WHAT NEEDS TO BE DONE
Given the entries that follow, write out exactly the lines starting at the one containing "#201=EDGE_LOOP('',(#197,#198,#199,#200));" and ending at the one containing "END-ISO-10303-21;", both ends included, and only those.

Dataset items
--------------------------------------------------
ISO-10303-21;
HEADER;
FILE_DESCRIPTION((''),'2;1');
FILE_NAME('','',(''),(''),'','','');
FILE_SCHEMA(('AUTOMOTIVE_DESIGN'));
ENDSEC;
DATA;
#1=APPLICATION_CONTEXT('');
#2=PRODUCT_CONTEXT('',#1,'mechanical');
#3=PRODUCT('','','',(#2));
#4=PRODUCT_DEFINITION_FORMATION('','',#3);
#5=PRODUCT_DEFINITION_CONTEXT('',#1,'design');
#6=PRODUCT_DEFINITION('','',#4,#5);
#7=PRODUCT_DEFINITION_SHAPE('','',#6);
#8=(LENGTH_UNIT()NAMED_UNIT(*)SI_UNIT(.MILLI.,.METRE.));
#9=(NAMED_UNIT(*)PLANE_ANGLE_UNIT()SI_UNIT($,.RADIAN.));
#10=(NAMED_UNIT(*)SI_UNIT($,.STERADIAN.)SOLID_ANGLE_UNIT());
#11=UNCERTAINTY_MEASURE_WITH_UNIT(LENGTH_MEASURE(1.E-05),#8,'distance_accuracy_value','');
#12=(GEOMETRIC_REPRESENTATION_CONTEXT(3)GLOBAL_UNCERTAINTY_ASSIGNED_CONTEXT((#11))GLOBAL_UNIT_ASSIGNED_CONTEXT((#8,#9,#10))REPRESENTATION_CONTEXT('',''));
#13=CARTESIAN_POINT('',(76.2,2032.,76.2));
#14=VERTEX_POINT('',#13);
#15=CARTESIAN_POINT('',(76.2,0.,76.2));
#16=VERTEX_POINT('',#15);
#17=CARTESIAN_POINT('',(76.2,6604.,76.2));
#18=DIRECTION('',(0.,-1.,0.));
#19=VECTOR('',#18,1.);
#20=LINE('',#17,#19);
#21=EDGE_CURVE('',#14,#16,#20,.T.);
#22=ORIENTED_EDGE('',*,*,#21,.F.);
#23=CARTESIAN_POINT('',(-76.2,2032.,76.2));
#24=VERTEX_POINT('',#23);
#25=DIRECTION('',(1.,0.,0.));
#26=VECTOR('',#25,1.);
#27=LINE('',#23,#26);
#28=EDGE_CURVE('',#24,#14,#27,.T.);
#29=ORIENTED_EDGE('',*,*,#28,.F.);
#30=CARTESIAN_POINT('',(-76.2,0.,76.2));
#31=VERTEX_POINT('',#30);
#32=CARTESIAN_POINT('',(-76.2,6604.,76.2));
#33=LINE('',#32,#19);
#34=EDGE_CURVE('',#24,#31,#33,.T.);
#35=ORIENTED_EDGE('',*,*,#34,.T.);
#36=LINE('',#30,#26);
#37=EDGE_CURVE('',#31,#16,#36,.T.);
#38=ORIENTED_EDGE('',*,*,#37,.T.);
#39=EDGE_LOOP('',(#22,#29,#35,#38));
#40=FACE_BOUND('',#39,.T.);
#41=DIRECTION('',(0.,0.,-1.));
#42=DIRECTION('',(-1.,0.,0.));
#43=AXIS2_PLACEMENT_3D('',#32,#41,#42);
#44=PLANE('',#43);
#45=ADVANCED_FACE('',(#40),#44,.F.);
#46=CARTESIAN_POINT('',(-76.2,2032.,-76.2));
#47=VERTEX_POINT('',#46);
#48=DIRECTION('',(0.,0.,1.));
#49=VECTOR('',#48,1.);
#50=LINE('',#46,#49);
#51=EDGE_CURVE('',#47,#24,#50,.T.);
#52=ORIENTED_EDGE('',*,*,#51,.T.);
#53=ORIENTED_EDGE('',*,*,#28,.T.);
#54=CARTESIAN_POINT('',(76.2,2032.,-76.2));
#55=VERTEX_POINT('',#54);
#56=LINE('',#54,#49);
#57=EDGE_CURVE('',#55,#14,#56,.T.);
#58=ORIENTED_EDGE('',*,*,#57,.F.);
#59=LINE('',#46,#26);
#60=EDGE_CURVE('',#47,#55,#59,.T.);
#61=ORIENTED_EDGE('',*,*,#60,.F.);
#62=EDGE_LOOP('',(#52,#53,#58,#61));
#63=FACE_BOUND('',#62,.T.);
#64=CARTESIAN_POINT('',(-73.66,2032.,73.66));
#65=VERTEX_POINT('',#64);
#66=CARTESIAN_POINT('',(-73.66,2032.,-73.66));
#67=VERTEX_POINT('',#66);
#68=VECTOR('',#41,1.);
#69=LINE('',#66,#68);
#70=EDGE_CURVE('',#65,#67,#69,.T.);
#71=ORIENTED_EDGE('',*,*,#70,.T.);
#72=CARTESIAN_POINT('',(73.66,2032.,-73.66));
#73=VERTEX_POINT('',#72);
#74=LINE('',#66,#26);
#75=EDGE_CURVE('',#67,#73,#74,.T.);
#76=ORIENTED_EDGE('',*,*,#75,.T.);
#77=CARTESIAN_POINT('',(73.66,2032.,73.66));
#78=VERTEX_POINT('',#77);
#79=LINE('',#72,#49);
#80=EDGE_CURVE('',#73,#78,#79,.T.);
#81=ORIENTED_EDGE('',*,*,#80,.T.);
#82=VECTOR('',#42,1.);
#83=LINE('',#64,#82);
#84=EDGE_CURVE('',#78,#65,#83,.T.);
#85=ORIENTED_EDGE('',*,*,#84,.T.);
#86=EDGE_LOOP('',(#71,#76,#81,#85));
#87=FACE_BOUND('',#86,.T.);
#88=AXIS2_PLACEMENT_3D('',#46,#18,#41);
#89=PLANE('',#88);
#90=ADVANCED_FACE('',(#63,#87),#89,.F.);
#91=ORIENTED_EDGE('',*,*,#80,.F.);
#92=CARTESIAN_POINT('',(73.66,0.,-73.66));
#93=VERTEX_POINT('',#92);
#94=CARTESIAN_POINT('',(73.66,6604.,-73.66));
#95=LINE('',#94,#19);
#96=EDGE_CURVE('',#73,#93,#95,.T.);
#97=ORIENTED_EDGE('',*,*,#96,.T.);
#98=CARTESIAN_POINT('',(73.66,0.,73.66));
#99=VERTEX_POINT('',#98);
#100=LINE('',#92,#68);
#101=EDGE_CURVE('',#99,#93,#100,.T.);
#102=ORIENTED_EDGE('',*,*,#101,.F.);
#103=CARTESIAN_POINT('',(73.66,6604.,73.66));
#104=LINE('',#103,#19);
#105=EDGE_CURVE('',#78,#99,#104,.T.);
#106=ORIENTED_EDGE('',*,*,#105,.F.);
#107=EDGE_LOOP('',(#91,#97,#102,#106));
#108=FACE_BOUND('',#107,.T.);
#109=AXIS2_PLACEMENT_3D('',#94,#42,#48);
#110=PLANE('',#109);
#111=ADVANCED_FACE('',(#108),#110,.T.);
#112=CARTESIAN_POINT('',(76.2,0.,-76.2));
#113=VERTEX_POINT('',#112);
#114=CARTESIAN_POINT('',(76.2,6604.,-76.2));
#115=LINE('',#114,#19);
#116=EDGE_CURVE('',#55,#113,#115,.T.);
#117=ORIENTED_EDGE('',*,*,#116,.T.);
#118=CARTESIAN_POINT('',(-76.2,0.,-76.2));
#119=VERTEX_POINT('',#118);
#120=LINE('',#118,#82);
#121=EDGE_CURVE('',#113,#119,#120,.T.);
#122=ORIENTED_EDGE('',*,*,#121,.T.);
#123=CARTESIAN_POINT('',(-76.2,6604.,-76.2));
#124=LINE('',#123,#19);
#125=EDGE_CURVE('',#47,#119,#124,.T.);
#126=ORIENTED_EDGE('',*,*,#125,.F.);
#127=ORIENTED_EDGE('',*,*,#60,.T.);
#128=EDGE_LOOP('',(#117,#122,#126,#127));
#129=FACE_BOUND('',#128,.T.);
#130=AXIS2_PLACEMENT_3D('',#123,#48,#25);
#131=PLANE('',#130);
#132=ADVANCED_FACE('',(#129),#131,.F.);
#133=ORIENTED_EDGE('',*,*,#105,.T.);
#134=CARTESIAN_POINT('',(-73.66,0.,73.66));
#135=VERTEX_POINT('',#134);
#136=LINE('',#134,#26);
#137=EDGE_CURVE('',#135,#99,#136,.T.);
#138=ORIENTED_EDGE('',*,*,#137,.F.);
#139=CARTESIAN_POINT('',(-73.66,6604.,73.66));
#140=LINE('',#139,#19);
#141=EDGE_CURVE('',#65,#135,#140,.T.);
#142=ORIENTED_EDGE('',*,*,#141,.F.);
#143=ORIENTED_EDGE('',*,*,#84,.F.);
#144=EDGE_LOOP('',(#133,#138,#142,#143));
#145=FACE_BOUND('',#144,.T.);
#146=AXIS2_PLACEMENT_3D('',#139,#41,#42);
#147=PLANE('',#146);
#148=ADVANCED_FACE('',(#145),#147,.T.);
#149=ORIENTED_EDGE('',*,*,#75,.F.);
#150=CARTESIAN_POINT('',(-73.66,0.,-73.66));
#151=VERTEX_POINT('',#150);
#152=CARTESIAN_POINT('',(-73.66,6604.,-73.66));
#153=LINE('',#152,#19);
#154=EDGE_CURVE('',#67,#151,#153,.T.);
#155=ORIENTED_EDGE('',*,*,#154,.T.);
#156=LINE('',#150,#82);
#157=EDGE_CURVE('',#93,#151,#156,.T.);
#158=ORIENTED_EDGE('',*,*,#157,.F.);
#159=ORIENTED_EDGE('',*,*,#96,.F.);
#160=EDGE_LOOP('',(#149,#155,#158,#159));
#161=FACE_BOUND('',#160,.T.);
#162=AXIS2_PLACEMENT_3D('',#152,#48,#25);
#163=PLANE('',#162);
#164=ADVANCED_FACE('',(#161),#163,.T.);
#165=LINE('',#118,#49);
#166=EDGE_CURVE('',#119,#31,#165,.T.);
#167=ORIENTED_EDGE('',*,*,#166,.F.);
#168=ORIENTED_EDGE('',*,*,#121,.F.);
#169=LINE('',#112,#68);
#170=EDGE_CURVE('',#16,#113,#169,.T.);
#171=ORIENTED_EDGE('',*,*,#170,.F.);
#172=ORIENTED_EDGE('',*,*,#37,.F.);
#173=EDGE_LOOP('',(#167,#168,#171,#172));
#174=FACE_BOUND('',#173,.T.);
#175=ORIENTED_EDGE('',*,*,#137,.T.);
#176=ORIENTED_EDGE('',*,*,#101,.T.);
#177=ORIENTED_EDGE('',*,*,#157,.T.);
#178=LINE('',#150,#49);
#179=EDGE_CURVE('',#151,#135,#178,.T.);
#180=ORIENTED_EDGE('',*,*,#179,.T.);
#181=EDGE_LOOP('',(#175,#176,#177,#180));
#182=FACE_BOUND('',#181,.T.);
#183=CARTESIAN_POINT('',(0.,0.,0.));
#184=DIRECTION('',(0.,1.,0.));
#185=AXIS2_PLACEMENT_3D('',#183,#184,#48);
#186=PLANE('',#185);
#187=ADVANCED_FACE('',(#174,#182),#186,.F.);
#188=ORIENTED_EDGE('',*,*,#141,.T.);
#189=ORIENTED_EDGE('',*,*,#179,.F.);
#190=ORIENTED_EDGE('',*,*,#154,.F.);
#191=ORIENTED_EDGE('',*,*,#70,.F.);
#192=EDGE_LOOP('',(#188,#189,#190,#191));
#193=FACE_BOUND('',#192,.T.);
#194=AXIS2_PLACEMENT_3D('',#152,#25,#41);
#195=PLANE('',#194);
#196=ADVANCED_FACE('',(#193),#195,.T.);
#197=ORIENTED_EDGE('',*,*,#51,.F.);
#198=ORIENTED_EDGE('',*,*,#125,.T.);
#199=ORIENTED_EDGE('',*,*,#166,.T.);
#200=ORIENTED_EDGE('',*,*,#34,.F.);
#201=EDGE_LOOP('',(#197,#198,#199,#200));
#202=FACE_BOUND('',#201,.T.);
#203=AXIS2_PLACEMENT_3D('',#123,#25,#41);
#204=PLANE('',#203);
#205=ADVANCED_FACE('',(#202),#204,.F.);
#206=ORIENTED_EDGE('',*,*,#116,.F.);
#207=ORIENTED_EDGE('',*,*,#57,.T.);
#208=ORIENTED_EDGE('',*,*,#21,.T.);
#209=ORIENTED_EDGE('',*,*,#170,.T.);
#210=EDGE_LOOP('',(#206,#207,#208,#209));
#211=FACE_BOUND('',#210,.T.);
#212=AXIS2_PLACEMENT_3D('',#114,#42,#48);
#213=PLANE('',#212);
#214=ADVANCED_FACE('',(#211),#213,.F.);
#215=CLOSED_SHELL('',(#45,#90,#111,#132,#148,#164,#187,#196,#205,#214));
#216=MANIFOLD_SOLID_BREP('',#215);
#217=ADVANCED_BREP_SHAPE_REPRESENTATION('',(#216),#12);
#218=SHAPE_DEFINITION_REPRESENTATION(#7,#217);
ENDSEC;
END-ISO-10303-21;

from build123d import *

# Parameters (mm, degrees)
SKETCH1_W           = 152.4
SKETCH1_H           = 152.4
SKETCH1_W_2         = 147.32
SKETCH1_H_2         = 147.32
BOSS_EXTRUDE1_DEPTH = 6604
SKETCH2_W           = 152.4
SKETCH2_H           = 4572
CUT_EXTRUDE1_DEPTH  = 6607.197711241


with BuildPart() as part:
    # Sketch1 → Boss-Extrude1 (new body)
    with BuildSketch(Plane(origin=(0, 0, 0), x_dir=(1, 0, 0), z_dir=(0, 1, 0))):
        Rectangle(SKETCH1_W, SKETCH1_H)
        Rectangle(SKETCH1_W_2, SKETCH1_H_2, mode=Mode.SUBTRACT)
    extrude(amount=BOSS_EXTRUDE1_DEPTH)

    # Sketch2 → Cut-Extrude1 (cut, through all)
    with BuildSketch(Plane.XY.offset(76.2)):
        with Locations((0, 4318)):
            Rectangle(SKETCH2_W, SKETCH2_H)
    extrude(amount=-CUT_EXTRUDE1_DEPTH, mode=Mode.SUBTRACT)


solid = part.part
--------------------------------------------------
ANSWER
#201=EDGE_LOOP('',(#197,#198,#199,#200));
#202=FACE_BOUND('',#201,.T.);
#203=AXIS2_PLACEMENT_3D('',#123,#25,#41);
#204=PLANE('',#203);
#205=ADVANCED_FACE('',(#202),#204,.F.);
#206=ORIENTED_EDGE('',*,*,#116,.F.);
#207=ORIENTED_EDGE('',*,*,#57,.T.);
#208=ORIENTED_EDGE('',*,*,#21,.T.);
#209=ORIENTED_EDGE('',*,*,#170,.T.);
#210=EDGE_LOOP('',(#206,#207,#208,#209));
#211=FACE_BOUND('',#210,.T.);
#212=AXIS2_PLACEMENT_3D('',#114,#42,#48);
#213=PLANE('',#212);
#214=ADVANCED_FACE('',(#211),#213,.F.);
#215=CLOSED_SHELL('',(#45,#90,#111,#132,#148,#164,#187,#196,#205,#214));
#216=MANIFOLD_SOLID_BREP('',#215);
#217=ADVANCED_BREP_SHAPE_REPRESENTATION('',(#216),#12);
#218=SHAPE_DEFINITION_REPRESENTATION(#7,#217);
ENDSEC;
END-ISO-10303-21;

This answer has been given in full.